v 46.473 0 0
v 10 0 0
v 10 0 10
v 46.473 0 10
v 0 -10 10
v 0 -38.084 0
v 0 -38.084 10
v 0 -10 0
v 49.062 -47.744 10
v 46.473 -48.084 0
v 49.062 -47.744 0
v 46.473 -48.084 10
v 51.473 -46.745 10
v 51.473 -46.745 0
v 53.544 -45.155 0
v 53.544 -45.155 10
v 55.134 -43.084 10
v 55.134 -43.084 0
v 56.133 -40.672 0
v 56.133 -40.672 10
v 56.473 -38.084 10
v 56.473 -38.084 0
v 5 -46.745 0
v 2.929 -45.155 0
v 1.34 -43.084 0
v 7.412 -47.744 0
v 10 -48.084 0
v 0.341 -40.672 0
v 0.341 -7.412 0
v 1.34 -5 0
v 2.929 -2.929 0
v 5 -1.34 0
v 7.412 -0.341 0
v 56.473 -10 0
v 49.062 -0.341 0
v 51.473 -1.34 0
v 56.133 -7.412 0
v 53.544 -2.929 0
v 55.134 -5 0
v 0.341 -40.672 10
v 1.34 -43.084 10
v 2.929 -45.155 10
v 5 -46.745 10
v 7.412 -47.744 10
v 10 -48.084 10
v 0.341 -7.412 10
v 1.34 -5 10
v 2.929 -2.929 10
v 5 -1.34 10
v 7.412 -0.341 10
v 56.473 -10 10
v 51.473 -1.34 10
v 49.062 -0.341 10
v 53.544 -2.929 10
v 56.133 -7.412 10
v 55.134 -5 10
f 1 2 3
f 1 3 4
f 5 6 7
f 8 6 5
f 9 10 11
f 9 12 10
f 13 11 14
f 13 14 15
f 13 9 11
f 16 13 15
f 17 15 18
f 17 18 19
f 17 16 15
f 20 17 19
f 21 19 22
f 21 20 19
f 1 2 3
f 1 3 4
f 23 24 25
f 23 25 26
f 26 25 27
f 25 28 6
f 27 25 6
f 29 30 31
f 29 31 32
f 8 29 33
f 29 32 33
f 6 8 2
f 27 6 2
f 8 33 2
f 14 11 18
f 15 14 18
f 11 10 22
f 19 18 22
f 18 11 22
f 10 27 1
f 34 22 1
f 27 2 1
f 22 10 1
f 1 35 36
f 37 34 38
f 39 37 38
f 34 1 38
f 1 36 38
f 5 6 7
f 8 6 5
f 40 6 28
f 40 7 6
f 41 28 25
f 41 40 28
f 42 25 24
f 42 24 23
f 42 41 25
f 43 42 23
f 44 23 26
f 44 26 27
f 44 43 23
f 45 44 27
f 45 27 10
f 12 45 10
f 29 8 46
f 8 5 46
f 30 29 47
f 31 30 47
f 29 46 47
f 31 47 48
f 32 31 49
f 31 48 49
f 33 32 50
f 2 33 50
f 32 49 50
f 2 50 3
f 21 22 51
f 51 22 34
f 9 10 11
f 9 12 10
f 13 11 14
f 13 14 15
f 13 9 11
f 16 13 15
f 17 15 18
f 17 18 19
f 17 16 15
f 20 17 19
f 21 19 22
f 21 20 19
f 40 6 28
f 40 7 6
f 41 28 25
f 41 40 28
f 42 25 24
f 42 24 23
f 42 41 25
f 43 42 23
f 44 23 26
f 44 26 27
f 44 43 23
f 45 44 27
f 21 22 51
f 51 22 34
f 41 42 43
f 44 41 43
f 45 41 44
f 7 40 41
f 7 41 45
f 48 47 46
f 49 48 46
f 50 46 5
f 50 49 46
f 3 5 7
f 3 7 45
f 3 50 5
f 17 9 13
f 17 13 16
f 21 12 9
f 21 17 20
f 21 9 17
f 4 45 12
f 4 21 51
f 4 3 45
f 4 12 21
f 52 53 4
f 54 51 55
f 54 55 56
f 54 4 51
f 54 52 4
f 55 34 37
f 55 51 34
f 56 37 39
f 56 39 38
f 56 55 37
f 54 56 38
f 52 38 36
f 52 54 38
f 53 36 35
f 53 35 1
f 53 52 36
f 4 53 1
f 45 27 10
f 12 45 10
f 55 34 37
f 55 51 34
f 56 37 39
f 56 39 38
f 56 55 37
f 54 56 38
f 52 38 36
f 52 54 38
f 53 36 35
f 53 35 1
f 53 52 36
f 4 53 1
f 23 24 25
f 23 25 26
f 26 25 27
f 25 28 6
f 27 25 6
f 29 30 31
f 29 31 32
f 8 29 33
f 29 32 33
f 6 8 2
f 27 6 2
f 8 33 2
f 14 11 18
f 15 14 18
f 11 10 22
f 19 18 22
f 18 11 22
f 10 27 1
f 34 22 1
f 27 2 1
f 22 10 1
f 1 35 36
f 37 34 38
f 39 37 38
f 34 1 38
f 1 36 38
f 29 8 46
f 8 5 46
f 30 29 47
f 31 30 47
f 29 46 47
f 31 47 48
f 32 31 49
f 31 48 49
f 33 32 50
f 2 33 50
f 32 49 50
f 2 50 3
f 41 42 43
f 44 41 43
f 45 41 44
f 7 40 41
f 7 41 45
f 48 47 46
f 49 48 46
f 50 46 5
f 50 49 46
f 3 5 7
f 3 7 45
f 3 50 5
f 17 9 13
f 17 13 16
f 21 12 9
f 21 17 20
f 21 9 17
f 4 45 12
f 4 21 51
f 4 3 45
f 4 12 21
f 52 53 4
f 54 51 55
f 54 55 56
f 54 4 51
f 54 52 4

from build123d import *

# Parameters (mm, degrees)
F0_W     = 56.473431
F0_H     = 48.084262
F1_DEPTH = 10
F2_R     = 10
F3_W     = 56.473431
F3_H     = 48.084262
F4_DEPTH = 10
F5_R     = 10


with BuildPart() as f1:
    # F0 (on Top) → F1 (new body)
    with BuildSketch(Plane.XY):
        with Locations((28.236715, -24.042131)):
            Rectangle(F0_W, F0_H)
    extrude(amount=F1_DEPTH)

    # F2
    f2_edges = [f1.edges().sort_by_distance(p)[0] for p in [
        (56.473431, 0, 5),
        (0, 0, 5),
        (0, -48.084262, 5),
        (56.473431, -48.084262, 5),
    ]]
    fillet(f2_edges, radius=F2_R)


with BuildPart() as f4:
    # F3 (on Top) → F4 (new body)
    with BuildSketch(Plane.XY):
        with Locations((28.236715, -24.042131)):
            Rectangle(F3_W, F3_H)
    extrude(amount=F4_DEPTH)

    # F5
    f5_edges = [f4.edges().sort_by_distance(p)[0] for p in [
        (56.473431, 0, 5),
        (0, 0, 5),
        (0, -48.084262, 5),
        (56.473431, -48.084262, 5),
    ]]
    fillet(f5_edges, radius=F5_R)


solid = Compound([f1.part, f4.part])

──────────────────────────────

◆ **Aim of the task**:
Set down the data above once more so that nothing differs from the original.

◆ **Result for this exercise**:
v 46.473 0 0
v 10 0 0
v 10 0 10
v 46.473 0 10
v 0 -10 10
v 0 -38.084 0
v 0 -38.084 10
v 0 -10 0
v 49.062 -47.744 10
v 46.473 -48.084 0
v 49.062 -47.744 0
v 46.473 -48.084 10
v 51.473 -46.745 10
v 51.473 -46.745 0
v 53.544 -45.155 0
v 53.544 -45.155 10
v 55.134 -43.084 10
v 55.134 -43.084 0
v 56.133 -40.672 0
v 56.133 -40.672 10
v 56.473 -38.084 10
v 56.473 -38.084 0
v 5 -46.745 0
v 2.929 -45.155 0
v 1.34 -43.084 0
v 7.412 -47.744 0
v 10 -48.084 0
v 0.341 -40.672 0
v 0.341 -7.412 0
v 1.34 -5 0
v 2.929 -2.929 0
v 5 -1.34 0
v 7.412 -0.341 0
v 56.473 -10 0
v 49.062 -0.341 0
v 51.473 -1.34 0
v 56.133 -7.412 0
v 53.544 -2.929 0
v 55.134 -5 0
v 0.341 -40.672 10
v 1.34 -43.084 10
v 2.929 -45.155 10
v 5 -46.745 10
v 7.412 -47.744 10
v 10 -48.084 10
v 0.341 -7.412 10
v 1.34 -5 10
v 2.929 -2.929 10
v 5 -1.34 10
v 7.412 -0.341 10
v 56.473 -10 10
v 51.473 -1.34 10
v 49.062 -0.341 10
v 53.544 -2.929 10
v 56.133 -7.412 10
v 55.134 -5 10
f 1 2 3
f 1 3 4
f 5 6 7
f 8 6 5
f 9 10 11
f 9 12 10
f 13 11 14
f 13 14 15
f 13 9 11
f 16 13 15
f 17 15 18
f 17 18 19
f 17 16 15
f 20 17 19
f 21 19 22
f 21 20 19
f 1 2 3
f 1 3 4
f 23 24 25
f 23 25 26
f 26 25 27
f 25 28 6
f 27 25 6
f 29 30 31
f 29 31 32
f 8 29 33
f 29 32 33
f 6 8 2
f 27 6 2
f 8 33 2
f 14 11 18
f 15 14 18
f 11 10 22
f 19 18 22
f 18 11 22
f 10 27 1
f 34 22 1
f 27 2 1
f 22 10 1
f 1 35 36
f 37 34 38
f 39 37 38
f 34 1 38
f 1 36 38
f 5 6 7
f 8 6 5
f 40 6 28
f 40 7 6
f 41 28 25
f 41 40 28
f 42 25 24
f 42 24 23
f 42 41 25
f 43 42 23
f 44 23 26
f 44 26 27
f 44 43 23
f 45 44 27
f 45 27 10
f 12 45 10
f 29 8 46
f 8 5 46
f 30 29 47
f 31 30 47
f 29 46 47
f 31 47 48
f 32 31 49
f 31 48 49
f 33 32 50
f 2 33 50
f 32 49 50
f 2 50 3
f 21 22 51
f 51 22 34
f 9 10 11
f 9 12 10
f 13 11 14
f 13 14 15
f 13 9 11
f 16 13 15
f 17 15 18
f 17 18 19
f 17 16 15
f 20 17 19
f 21 19 22
f 21 20 19
f 40 6 28
f 40 7 6
f 41 28 25
f 41 40 28
f 42 25 24
f 42 24 23
f 42 41 25
f 43 42 23
f 44 23 26
f 44 26 27
f 44 43 23
f 45 44 27
f 21 22 51
f 51 22 34
f 41 42 43
f 44 41 43
f 45 41 44
f 7 40 41
f 7 41 45
f 48 47 46
f 49 48 46
f 50 46 5
f 50 49 46
f 3 5 7
f 3 7 45
f 3 50 5
f 17 9 13
f 17 13 16
f 21 12 9
f 21 17 20
f 21 9 17
f 4 45 12
f 4 21 51
f 4 3 45
f 4 12 21
f 52 53 4
f 54 51 55
f 54 55 56
f 54 4 51
f 54 52 4
f 55 34 37
f 55 51 34
f 56 37 39
f 56 39 38
f 56 55 37
f 54 56 38
f 52 38 36
f 52 54 38
f 53 36 35
f 53 35 1
f 53 52 36
f 4 53 1
f 45 27 10
f 12 45 10
f 55 34 37
f 55 51 34
f 56 37 39
f 56 39 38
f 56 55 37
f 54 56 38
f 52 38 36
f 52 54 38
f 53 36 35
f 53 35 1
f 53 52 36
f 4 53 1
f 23 24 25
f 23 25 26
f 26 25 27
f 25 28 6
f 27 25 6
f 29 30 31
f 29 31 32
f 8 29 33
f 29 32 33
f 6 8 2
f 27 6 2
f 8 33 2
f 14 11 18
f 15 14 18
f 11 10 22
f 19 18 22
f 18 11 22
f 10 27 1
f 34 22 1
f 27 2 1
f 22 10 1
f 1 35 36
f 37 34 38
f 39 37 38
f 34 1 38
f 1 36 38
f 29 8 46
f 8 5 46
f 30 29 47
f 31 30 47
f 29 46 47
f 31 47 48
f 32 31 49
f 31 48 49
f 33 32 50
f 2 33 50
f 32 49 50
f 2 50 3
f 41 42 43
f 44 41 43
f 45 41 44
f 7 40 41
f 7 41 45
f 48 47 46
f 49 48 46
f 50 46 5
f 50 49 46
f 3 5 7
f 3 7 45
f 3 50 5
f 17 9 13
f 17 13 16
f 21 12 9
f 21 17 20
f 21 9 17
f 4 45 12
f 4 21 51
f 4 3 45
f 4 12 21
f 52 53 4
f 54 51 55
f 54 55 56
f 54 4 51
f 54 52 4

from build123d import *

# Parameters (mm, degrees)
F0_W     = 56.473431
F0_H     = 48.084262
F1_DEPTH = 10
F2_R     = 10
F3_W     = 56.473431
F3_H     = 48.084262
F4_DEPTH = 10
F5_R     = 10


with BuildPart() as f1:
    # F0 (on Top) → F1 (new body)
    with BuildSketch(Plane.XY):
        with Locations((28.236715, -24.042131)):
            Rectangle(F0_W, F0_H)
    extrude(amount=F1_DEPTH)

    # F2
    f2_edges = [f1.edges().sort_by_distance(p)[0] for p in [
        (56.473431, 0, 5),
        (0, 0, 5),
        (0, -48.084262, 5),
        (56.473431, -48.084262, 5),
    ]]
    fillet(f2_edges, radius=F2_R)


with BuildPart() as f4:
    # F3 (on Top) → F4 (new body)
    with BuildSketch(Plane.XY):
        with Locations((28.236715, -24.042131)):
            Rectangle(F3_W, F3_H)
    extrude(amount=F4_DEPTH)

    # F5
    f5_edges = [f4.edges().sort_by_distance(p)[0] for p in [
        (56.473431, 0, 5),
        (0, 0, 5),
        (0, -48.084262, 5),
        (56.473431, -48.084262, 5),
    ]]
    fillet(f5_edges, radius=F5_R)


solid = Compound([f1.part, f4.part])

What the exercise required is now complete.